*What is required*
Of all the lines below, return only those starting with the line holding "face PLANE(AX(P(26.559739,36,-13),D(-1,0,0),D(0,0,1))) rev" and going on through the line holding "e86 v60 v60", exactly as written.

*Available data*
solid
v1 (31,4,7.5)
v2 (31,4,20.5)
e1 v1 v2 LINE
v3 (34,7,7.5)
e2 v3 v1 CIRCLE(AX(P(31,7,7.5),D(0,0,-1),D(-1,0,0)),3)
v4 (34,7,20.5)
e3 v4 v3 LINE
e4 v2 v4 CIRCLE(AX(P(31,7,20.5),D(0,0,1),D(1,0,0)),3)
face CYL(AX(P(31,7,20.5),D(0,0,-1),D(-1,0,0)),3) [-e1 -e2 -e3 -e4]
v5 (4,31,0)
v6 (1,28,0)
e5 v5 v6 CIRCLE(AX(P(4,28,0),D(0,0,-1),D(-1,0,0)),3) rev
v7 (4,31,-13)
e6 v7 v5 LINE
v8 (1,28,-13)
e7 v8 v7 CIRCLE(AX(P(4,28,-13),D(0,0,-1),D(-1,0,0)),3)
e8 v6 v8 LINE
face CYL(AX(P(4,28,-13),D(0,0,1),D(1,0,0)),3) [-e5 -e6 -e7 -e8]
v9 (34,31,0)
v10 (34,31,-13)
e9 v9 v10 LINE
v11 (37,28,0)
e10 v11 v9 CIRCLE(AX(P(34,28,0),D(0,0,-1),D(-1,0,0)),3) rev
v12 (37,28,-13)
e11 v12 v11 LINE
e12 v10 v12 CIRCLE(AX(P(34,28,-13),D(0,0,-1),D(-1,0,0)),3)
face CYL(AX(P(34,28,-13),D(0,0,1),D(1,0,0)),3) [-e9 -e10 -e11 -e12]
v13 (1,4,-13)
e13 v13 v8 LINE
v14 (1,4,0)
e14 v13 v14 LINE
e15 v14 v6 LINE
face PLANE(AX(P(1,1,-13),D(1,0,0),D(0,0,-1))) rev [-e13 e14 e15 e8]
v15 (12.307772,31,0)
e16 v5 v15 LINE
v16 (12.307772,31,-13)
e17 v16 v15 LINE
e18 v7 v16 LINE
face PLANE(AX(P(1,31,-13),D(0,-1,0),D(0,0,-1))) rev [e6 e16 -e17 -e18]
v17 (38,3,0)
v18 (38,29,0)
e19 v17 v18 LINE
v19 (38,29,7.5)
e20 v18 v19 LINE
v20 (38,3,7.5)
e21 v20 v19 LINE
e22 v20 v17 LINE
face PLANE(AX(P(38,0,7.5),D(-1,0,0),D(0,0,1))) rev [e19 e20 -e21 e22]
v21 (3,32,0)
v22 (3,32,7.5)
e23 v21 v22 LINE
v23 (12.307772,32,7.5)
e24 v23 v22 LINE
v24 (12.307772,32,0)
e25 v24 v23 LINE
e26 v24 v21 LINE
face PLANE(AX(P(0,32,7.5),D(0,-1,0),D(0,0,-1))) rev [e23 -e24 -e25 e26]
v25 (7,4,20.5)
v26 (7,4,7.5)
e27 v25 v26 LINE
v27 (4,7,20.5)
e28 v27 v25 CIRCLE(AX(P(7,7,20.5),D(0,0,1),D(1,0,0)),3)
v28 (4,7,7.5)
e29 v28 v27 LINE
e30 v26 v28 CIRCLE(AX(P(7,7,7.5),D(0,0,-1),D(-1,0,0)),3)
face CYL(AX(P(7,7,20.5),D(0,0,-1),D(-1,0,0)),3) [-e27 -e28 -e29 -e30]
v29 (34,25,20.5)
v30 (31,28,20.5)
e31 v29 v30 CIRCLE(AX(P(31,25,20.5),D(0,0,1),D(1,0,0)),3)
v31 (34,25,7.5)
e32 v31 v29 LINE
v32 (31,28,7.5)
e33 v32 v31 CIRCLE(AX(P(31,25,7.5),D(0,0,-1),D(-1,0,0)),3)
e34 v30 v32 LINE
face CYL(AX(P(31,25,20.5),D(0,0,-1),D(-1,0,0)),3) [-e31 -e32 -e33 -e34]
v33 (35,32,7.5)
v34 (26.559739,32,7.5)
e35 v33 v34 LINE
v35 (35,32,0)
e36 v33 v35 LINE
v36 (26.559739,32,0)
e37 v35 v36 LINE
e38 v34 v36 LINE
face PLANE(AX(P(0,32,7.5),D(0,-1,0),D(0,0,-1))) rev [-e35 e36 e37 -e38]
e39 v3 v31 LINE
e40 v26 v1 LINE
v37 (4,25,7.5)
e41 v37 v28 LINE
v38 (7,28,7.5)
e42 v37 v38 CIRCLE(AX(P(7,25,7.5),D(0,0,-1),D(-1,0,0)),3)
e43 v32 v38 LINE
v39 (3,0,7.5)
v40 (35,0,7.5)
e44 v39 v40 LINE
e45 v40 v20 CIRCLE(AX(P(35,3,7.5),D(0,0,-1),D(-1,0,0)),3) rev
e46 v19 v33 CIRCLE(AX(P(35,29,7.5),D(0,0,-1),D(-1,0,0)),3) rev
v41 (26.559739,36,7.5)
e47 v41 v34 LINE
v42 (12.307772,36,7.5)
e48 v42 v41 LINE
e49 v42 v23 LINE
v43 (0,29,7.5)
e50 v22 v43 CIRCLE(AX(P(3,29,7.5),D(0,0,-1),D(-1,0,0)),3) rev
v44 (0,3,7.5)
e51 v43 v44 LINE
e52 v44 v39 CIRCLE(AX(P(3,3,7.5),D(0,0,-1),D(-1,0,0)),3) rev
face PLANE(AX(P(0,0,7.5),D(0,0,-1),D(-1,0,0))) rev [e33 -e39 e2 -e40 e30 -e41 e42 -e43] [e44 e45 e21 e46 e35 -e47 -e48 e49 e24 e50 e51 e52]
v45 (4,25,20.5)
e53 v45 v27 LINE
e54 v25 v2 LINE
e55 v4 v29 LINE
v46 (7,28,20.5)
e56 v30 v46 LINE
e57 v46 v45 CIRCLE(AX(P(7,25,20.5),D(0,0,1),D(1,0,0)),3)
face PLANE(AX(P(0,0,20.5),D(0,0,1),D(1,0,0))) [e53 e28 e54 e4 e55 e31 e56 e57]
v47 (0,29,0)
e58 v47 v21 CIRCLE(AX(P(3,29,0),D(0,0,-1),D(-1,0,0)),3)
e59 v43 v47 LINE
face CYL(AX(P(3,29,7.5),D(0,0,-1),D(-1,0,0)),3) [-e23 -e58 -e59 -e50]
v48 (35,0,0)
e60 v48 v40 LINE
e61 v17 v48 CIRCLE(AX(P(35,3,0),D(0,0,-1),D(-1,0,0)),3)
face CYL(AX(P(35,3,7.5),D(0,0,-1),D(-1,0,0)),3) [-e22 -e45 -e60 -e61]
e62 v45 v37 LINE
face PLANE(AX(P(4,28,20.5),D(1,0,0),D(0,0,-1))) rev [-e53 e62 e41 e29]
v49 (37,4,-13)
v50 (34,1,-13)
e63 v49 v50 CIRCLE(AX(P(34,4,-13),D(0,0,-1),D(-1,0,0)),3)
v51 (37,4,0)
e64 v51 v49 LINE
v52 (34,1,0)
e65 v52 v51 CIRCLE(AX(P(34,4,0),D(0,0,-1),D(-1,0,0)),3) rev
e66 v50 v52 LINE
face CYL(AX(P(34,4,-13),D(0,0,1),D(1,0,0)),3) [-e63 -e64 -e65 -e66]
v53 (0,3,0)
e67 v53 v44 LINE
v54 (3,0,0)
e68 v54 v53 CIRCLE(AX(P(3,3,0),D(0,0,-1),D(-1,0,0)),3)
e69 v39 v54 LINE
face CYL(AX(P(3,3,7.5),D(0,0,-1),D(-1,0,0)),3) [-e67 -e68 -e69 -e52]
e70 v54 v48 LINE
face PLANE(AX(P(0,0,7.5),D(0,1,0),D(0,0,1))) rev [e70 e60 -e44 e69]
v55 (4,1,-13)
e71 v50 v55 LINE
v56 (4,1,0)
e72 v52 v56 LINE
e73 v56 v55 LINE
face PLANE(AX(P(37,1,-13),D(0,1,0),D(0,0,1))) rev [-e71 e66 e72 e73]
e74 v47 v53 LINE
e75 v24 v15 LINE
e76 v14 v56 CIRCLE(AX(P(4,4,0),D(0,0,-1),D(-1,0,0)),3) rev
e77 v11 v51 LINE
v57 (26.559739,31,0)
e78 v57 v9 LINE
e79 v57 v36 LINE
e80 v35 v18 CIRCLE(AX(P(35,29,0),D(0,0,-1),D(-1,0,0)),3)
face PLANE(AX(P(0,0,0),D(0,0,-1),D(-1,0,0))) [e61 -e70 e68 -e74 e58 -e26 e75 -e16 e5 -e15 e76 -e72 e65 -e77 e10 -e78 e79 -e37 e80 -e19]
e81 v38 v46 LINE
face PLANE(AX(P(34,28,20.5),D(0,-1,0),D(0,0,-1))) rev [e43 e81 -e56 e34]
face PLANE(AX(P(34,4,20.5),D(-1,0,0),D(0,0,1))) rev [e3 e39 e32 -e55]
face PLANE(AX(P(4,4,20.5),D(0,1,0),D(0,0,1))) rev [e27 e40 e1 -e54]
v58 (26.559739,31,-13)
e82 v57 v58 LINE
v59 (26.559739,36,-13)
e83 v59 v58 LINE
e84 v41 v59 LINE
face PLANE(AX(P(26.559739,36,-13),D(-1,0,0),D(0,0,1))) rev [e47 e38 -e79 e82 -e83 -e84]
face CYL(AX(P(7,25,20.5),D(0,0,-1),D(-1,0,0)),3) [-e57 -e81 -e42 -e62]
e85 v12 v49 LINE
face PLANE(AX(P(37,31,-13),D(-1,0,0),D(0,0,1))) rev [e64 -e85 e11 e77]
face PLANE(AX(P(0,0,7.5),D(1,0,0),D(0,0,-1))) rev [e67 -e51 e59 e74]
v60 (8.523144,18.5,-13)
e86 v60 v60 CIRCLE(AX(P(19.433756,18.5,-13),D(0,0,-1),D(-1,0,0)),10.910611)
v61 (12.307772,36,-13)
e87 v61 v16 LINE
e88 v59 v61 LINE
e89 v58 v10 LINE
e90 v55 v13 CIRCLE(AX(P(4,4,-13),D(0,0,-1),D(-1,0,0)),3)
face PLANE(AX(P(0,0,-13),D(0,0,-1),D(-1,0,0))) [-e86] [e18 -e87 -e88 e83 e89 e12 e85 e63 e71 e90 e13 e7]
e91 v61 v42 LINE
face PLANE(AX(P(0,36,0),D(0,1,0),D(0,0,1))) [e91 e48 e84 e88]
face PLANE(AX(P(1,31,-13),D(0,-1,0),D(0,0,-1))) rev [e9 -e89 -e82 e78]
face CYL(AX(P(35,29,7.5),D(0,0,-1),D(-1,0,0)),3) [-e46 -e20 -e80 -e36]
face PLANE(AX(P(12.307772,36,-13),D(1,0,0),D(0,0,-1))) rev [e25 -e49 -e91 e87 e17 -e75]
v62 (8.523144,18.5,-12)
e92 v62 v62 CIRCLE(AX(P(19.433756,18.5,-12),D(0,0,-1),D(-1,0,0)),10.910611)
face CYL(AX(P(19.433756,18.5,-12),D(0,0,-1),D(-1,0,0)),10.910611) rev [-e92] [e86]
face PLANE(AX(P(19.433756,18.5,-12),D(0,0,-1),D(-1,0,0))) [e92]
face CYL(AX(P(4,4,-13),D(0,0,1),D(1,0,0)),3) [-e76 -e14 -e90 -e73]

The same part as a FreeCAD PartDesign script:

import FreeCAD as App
import Part
import Sketcher


def edges_at(feature, points):
    """Names of the edges that pass closest to the given points."""
    edges = feature.Shape.Edges
    near = lambda p: min(range(len(edges)), key=lambda i: edges[i].distToShape(Part.Vertex(*p))[0])
    return sorted({f"Edge{near(p) + 1}" for p in points})

doc = App.newDocument("Part")
params = doc.addObject("Spreadsheet::Sheet", "Params")
for row, (alias, value) in enumerate([
    ("sketch1_width", "38 mm"),
    ("sketch1_height", "32 mm"),
    ("pad1_length", "7.5 mm"),
    ("sketch2_width", "30 mm"),
    ("sketch2_height", "24 mm"),
    ("pad2_length", "13 mm"),
    ("sketch3_width", "36 mm"),
    ("sketch3_height", "30 mm"),
    ("pad3_length", "13 mm"),
    ("fillet_radius", "3 mm"),
    ("sketch4_height", "20.5 mm"),
    ("pad4_length", "5 mm"),
    ("pocket1_length", "1 mm"),
], start=1):
    params.set(f"A{row}", alias)
    params.set(f"B{row}", "=" + value)
    params.setAlias(f"B{row}", alias)

body = doc.addObject("PartDesign::Body", "Body")

# Sketch on XY plane
sketch1 = body.newObject("Sketcher::SketchObject", "Sketch")
sketch1.AttachmentSupport = (doc.getObject("XY_Plane"), [""])
sketch1.MapMode = "FlatFace"
sketch1.addGeometry(Part.LineSegment(App.Vector(0, 32, 0), App.Vector(0, 0, 0)), False)
sketch1.addGeometry(Part.LineSegment(App.Vector(0, 0, 0), App.Vector(38, 0, 0)), False)
sketch1.addGeometry(Part.LineSegment(App.Vector(38, 0, 0), App.Vector(38, 32, 0)), False)
sketch1.addGeometry(Part.LineSegment(App.Vector(38, 32, 0), App.Vector(0, 32, 0)), False)
sketch1.addConstraint(Sketcher.Constraint("Coincident", 0, 2, 1, 1))
sketch1.addConstraint(Sketcher.Constraint("Coincident", 1, 2, 2, 1))
sketch1.addConstraint(Sketcher.Constraint("Coincident", 2, 2, 3, 1))
sketch1.addConstraint(Sketcher.Constraint("Coincident", 3, 2, 0, 1))
sketch1.addConstraint(Sketcher.Constraint("Vertical", 0))
sketch1.addConstraint(Sketcher.Constraint("Horizontal", 1))
sketch1.addConstraint(Sketcher.Constraint("Vertical", 2))
sketch1.addConstraint(Sketcher.Constraint("Horizontal", 3))
sketch1.addConstraint(Sketcher.Constraint("Coincident", 0, 2, -1, 1))
sketch1.addConstraint(Sketcher.Constraint("DistanceX", 1, 1, 1, 2, 38.0))
sketch1.addConstraint(Sketcher.Constraint("DistanceY", 0, 2, 0, 1, 32.0))
sketch1.setExpression("Constraints[9]", "Params.sketch1_width")
sketch1.setExpression("Constraints[10]", "Params.sketch1_height")
pad1 = body.newObject("PartDesign::Pad", "Pad")
pad1.Profile = sketch1
pad1.setExpression("Length", "Params.pad1_length")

*Solution to this task*
face PLANE(AX(P(26.559739,36,-13),D(-1,0,0),D(0,0,1))) rev [e47 e38 -e79 e82 -e83 -e84]
face CYL(AX(P(7,25,20.5),D(0,0,-1),D(-1,0,0)),3) [-e57 -e81 -e42 -e62]
e85 v12 v49 LINE
face PLANE(AX(P(37,31,-13),D(-1,0,0),D(0,0,1))) rev [e64 -e85 e11 e77]
face PLANE(AX(P(0,0,7.5),D(1,0,0),D(0,0,-1))) rev [e67 -e51 e59 e74]
v60 (8.523144,18.5,-13)
e86 v60 v60 CIRCLE(AX(P(19.433756,18.5,-13),D(0,0,-1),D(-1,0,0)),10.910611)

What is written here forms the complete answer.